Starting at the line with "v31 (11.139636,-5,-4.039176)" and going on through the line with "e43 v34 v33 LINE", reproduce each line in the records below exactly and nothing more.

Dataset entries
=== Section Start ===

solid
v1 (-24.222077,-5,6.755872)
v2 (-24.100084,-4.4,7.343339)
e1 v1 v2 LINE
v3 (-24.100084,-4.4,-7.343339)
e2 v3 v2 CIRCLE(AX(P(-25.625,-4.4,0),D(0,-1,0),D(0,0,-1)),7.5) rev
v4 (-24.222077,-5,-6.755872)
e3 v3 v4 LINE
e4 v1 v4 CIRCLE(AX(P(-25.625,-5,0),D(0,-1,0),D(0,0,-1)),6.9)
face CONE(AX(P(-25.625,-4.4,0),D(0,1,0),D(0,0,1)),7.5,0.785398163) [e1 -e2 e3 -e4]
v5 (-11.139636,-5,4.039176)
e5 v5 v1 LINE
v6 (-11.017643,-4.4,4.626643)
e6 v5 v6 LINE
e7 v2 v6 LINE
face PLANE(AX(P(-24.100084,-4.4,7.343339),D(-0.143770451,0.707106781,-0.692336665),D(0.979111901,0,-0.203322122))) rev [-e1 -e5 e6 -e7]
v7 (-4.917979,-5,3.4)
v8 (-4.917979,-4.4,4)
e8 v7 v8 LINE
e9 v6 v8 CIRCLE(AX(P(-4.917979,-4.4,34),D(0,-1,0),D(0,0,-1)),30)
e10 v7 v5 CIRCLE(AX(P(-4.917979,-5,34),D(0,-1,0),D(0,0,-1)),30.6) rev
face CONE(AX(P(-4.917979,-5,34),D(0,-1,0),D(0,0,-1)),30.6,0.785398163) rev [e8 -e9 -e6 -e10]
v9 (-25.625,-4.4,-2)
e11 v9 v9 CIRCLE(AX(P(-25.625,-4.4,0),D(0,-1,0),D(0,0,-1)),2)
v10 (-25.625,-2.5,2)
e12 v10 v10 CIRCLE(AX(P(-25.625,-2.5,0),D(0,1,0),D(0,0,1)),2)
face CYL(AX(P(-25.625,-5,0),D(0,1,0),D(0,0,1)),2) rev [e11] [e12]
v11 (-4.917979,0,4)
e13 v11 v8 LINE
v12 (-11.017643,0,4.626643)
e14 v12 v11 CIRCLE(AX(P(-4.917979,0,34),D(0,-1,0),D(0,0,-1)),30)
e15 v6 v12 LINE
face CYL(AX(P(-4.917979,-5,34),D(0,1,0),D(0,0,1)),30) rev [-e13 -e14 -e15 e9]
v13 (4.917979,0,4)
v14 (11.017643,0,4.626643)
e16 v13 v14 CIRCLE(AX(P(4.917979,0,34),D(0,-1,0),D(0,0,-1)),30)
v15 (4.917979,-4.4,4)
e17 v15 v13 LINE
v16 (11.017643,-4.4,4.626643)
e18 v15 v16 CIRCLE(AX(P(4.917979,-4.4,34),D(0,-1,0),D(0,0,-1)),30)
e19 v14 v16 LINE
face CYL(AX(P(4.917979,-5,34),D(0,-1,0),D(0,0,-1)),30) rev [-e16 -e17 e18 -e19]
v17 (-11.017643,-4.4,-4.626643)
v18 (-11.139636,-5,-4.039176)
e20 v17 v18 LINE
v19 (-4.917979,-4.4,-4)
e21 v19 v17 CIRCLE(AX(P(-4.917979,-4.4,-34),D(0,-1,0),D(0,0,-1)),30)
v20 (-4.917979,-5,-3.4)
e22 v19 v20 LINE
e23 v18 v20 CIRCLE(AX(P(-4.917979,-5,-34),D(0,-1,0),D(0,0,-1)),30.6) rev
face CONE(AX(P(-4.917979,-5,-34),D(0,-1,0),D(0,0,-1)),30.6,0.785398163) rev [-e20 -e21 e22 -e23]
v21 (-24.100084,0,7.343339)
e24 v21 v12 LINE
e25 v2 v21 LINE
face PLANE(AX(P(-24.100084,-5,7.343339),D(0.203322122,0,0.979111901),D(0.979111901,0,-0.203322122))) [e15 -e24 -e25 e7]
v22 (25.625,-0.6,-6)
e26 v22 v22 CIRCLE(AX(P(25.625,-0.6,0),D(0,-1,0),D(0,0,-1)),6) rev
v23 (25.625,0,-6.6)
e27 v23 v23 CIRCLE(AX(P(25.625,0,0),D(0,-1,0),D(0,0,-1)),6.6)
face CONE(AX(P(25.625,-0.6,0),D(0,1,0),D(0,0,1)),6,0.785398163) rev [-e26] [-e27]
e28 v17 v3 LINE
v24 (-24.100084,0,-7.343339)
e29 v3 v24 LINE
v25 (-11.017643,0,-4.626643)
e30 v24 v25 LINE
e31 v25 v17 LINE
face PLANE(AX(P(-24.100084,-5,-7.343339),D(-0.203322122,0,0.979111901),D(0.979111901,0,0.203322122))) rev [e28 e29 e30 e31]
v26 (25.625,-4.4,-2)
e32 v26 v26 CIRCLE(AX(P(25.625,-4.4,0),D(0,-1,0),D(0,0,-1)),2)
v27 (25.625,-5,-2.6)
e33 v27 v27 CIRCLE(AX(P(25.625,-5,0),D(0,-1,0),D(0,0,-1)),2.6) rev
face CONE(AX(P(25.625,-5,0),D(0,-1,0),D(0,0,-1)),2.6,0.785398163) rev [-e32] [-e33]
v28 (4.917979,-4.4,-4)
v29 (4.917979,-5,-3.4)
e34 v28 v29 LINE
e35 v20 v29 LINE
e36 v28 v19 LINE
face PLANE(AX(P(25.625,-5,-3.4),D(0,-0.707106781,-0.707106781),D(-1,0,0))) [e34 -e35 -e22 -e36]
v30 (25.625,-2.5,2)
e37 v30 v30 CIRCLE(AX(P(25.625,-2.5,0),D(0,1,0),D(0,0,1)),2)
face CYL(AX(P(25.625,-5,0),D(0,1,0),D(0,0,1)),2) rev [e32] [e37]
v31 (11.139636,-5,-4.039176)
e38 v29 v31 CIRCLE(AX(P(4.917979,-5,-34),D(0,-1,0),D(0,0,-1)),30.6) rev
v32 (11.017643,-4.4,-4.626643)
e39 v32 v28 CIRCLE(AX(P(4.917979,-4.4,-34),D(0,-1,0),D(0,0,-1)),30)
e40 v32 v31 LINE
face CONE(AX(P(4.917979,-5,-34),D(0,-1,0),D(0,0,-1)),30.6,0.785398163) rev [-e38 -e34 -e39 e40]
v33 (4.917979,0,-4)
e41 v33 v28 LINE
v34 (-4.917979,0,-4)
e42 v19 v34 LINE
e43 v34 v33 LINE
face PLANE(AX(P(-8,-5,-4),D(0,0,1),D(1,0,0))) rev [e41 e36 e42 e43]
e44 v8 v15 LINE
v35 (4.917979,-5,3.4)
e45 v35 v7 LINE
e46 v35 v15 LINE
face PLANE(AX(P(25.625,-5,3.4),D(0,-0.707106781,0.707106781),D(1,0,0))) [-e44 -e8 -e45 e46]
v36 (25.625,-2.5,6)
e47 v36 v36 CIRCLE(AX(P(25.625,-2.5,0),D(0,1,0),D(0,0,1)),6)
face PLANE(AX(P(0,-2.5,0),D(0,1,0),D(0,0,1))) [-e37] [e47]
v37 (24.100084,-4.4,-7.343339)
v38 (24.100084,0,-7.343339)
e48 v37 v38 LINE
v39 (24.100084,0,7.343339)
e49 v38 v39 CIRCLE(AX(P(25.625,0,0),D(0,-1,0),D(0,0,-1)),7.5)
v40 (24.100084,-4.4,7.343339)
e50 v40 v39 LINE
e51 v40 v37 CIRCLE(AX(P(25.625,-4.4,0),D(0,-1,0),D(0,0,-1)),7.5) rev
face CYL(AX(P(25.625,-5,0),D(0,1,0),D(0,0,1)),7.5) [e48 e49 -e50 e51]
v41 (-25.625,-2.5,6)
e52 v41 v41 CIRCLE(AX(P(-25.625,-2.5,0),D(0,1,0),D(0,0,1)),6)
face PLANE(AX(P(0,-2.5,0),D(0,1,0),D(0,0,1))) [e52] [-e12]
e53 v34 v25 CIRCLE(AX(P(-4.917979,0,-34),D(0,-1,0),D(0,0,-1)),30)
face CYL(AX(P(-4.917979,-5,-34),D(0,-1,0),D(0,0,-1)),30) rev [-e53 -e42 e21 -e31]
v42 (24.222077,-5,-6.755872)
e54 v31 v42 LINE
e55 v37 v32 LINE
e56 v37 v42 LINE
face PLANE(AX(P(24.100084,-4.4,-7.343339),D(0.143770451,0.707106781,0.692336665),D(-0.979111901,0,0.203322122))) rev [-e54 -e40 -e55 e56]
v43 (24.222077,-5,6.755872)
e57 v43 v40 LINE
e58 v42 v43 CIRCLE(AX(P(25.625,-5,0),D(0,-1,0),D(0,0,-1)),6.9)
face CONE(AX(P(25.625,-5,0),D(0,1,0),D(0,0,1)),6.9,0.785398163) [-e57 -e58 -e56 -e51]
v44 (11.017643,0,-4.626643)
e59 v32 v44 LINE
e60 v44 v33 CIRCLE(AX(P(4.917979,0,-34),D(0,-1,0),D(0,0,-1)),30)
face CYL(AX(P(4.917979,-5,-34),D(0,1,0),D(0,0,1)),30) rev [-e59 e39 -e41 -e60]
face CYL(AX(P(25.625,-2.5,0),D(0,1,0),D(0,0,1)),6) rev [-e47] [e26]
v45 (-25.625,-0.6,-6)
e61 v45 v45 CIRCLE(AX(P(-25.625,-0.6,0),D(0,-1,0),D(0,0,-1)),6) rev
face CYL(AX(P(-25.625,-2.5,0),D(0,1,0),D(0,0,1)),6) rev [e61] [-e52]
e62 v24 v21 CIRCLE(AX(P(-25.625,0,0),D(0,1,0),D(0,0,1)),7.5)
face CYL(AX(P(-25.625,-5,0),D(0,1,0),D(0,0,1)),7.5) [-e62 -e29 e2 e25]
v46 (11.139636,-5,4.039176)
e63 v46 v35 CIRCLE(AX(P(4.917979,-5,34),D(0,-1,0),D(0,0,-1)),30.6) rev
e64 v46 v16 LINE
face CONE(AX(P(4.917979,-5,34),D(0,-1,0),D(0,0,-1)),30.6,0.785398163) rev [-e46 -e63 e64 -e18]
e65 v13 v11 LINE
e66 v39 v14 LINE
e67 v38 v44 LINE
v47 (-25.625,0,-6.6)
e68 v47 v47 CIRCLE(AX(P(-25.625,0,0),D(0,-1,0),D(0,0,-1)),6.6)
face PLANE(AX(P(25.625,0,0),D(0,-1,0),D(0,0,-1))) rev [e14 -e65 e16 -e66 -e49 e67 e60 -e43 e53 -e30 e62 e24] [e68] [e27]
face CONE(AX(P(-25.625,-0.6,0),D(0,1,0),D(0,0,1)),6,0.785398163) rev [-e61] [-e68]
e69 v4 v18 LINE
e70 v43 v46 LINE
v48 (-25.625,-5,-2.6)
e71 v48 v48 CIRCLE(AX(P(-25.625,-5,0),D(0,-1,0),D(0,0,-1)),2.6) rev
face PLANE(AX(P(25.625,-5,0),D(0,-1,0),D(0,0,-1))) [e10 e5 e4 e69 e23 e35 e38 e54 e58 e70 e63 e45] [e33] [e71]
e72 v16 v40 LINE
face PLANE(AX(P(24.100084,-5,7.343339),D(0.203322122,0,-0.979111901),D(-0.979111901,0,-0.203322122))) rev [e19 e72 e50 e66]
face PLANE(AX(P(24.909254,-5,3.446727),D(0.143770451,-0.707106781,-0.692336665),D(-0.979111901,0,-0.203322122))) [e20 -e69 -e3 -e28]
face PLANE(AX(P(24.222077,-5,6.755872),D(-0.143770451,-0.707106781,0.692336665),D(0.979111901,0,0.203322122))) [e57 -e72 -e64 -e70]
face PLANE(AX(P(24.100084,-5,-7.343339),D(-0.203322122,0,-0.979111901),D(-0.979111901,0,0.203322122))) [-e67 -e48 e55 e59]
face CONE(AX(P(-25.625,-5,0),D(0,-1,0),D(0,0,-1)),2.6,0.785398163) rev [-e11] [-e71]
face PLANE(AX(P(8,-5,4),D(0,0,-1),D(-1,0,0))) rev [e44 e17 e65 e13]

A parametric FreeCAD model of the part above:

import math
import FreeCAD as App
import Part
import Sketcher


def edges_at(feature, points):
    """Names of the edges that pass closest to the given points."""
    edges = feature.Shape.Edges
    near = lambda p: min(range(len(edges)), key=lambda i: edges[i].distToShape(Part.Vertex(*p))[0])
    return sorted({f"Edge{near(p) + 1}" for p in points})

doc = App.newDocument("Part")
body = doc.addObject("PartDesign::Body", "Body")

# Sketch on XZ plane
sketch1 = body.newObject("Sketcher::SketchObject", "Sketch")
sketch1.AttachmentSupport = (doc.getObject("XZ_Plane"), [""])
sketch1.MapMode = "FlatFace"
sketch1.addGeometry([
    Part.LineSegment(App.Vector(8, -4, 0), App.Vector(-8, -4, 0)),  # 0
    Part.LineSegment(App.Vector(-8, -4, 0), App.Vector(-24.1, -7.3, 0)),  # 1
    Part.ArcOfCircle(Part.Circle(App.Vector(-25.6, 0, 0), App.Vector(0, 0, 1), 7.5), math.radians(78), math.radians(282)),  # 2
    Part.LineSegment(App.Vector(-24.1, 7.3, 0), App.Vector(-8, 4, 0)),  # 3
    Part.LineSegment(App.Vector(-8, 4, 0), App.Vector(8, 4, 0)),  # 4
    Part.LineSegment(App.Vector(8, 4, 0), App.Vector(24.1, 7.3, 0)),  # 5
    Part.ArcOfCircle(Part.Circle(App.Vector(25.6, 0, 0), App.Vector(0, 0, 1), 7.5), math.radians(-102), math.radians(102)),  # 6
    Part.LineSegment(App.Vector(24.1, -7.3, 0), App.Vector(8, -4, 0)),  # 7
    Part.Circle(App.Vector(25.6, 0, 0), App.Vector(0, 0, 1), 2),  # 8
    Part.Circle(App.Vector(-25.6, 0, 0), App.Vector(0, 0, 1), 2),  # 9
], False)
sketch1.addConstraint([
    Sketcher.Constraint("Coincident", 0, 2, 1, 1),
    Sketcher.Constraint("Tangent", 1, 2, 2, 2),
    Sketcher.Constraint("Tangent", 2, 1, 3, 1),
    Sketcher.Constraint("Coincident", 3, 2, 4, 1),
    Sketcher.Constraint("Coincident", 4, 2, 5, 1),
    Sketcher.Constraint("Tangent", 5, 2, 6, 2),
    Sketcher.Constraint("Tangent", 6, 1, 7, 1),
    Sketcher.Constraint("Coincident", 7, 2, 0, 1),
    Sketcher.Constraint("Horizontal", 0),
    Sketcher.Constraint("Horizontal", 4),
    Sketcher.Constraint("Coincident", 8, 3, 6, 3),
    Sketcher.Constraint("Coincident", 9, 3, 2, 3),
    Sketcher.Constraint("Equal", 2, 6),
    Sketcher.Constraint("Equal", 8, 9),
    Sketcher.Constraint("Symmetric", 2, 3, 6, 3, -1, 1),
    Sketcher.Constraint("Symmetric", 0, 2, 4, 2, -1, 1),
    Sketcher.Constraint("Symmetric", 2, 1, 5, 2, -2),
    Sketcher.Constraint("Parallel", 3, 7),
    Sketcher.Constraint("Diameter", 8, 4.0),
    Sketcher.Constraint("Radius", 2, 7.5),
    Sketcher.Constraint("DistanceX", 0, 2, 0, 1, 16.0),
    Sketcher.Constraint("DistanceY", 0, 2, -1, 1, 4.0),
    Sketcher.Constraint("DistanceX", 2, 3, 6, 3, 51.25),
])
pad1 = body.newObject("PartDesign::Pad", "Pad")
pad1.Profile = sketch1
pad1.Length = 5

# Sketch on XZ plane
sketch2 = body.newObject("Sketcher::SketchObject", "Sketch001")
sketch2.AttachmentSupport = (doc.getObject("XZ_Plane"), [""])
sketch2.MapMode = "FlatFace"
sketch2.addGeometry([
    Part.Circle(App.Vector(26, 0, 0), App.Vector(0, 0, 1), 6),
    Part.Circle(App.Vector(-26, 0, 0), App.Vector(0, 0, 1), 6),
], False)
sketch2.addConstraint([
    Sketcher.Constraint("Equal", 0, 1),
    Sketcher.Constraint("Symmetric", 0, 3, 1, 3, -1, 1),
    Sketcher.Constraint("PointOnObject", 0, 3, -1),
    Sketcher.Constraint("Diameter", 0, 12.0),
    Sketcher.Constraint("DistanceX", 1, 3, 0, 3, 51.25),
])
pocket1 = body.newObject("PartDesign::Pocket", "Pocket")
pocket1.Profile = sketch2
pocket1.Length = 2.5
pocket1.Reversed = True
doc.recompute()

fillet = body.newObject("PartDesign::Fillet", "Fillet")
fillet.Base = (pocket1, edges_at(pocket1, [
    (-8, -2.5, 4),
    (8, -2.5, 4),
    (8, -2.5, -4),
    (-8, -2.5, -4),
]))
fillet.Radius = 30
doc.recompute()

chamfer = body.newObject("PartDesign::Chamfer", "Chamfer")
chamfer.Base = (fillet, edges_at(fillet, [
    (17.559, -5, -5.985),
    (33.125, -5, 0),
    (17.559, -5, 5.985),
    (-25.625, -5, -2),
    (25.625, -5, -2),
    (-17.559, -5, 5.985),
    (-33.125, -5, 0),
    (0, -5, -4),
    (-17.559, -5, -5.985),
    (0, -5, 4),
    (7.984, -5, -4.157),
    (-7.984, -5, -4.157),
    (7.984, -5, 4.157),
    (-7.984, -5, 4.157),
]))
chamfer.Size = 0.6
doc.recompute()

chamfer2 = body.newObject("PartDesign::Chamfer", "Chamfer001")
chamfer2.Base = (chamfer, edges_at(chamfer, [(25.625, 0, -6), (-25.625, 0, -6)]))
chamfer2.Size = 0.6

doc.recompute()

=== Section End ===

▶ Task answer
v31 (11.139636,-5,-4.039176)
e38 v29 v31 CIRCLE(AX(P(4.917979,-5,-34),D(0,-1,0),D(0,0,-1)),30.6) rev
v32 (11.017643,-4.4,-4.626643)
e39 v32 v28 CIRCLE(AX(P(4.917979,-4.4,-34),D(0,-1,0),D(0,0,-1)),30)
e40 v32 v31 LINE
face CONE(AX(P(4.917979,-5,-34),D(0,-1,0),D(0,0,-1)),30.6,0.785398163) rev [-e38 -e34 -e39 e40]
v33 (4.917979,0,-4)
e41 v33 v28 LINE
v34 (-4.917979,0,-4)
e42 v19 v34 LINE
e43 v34 v33 LINE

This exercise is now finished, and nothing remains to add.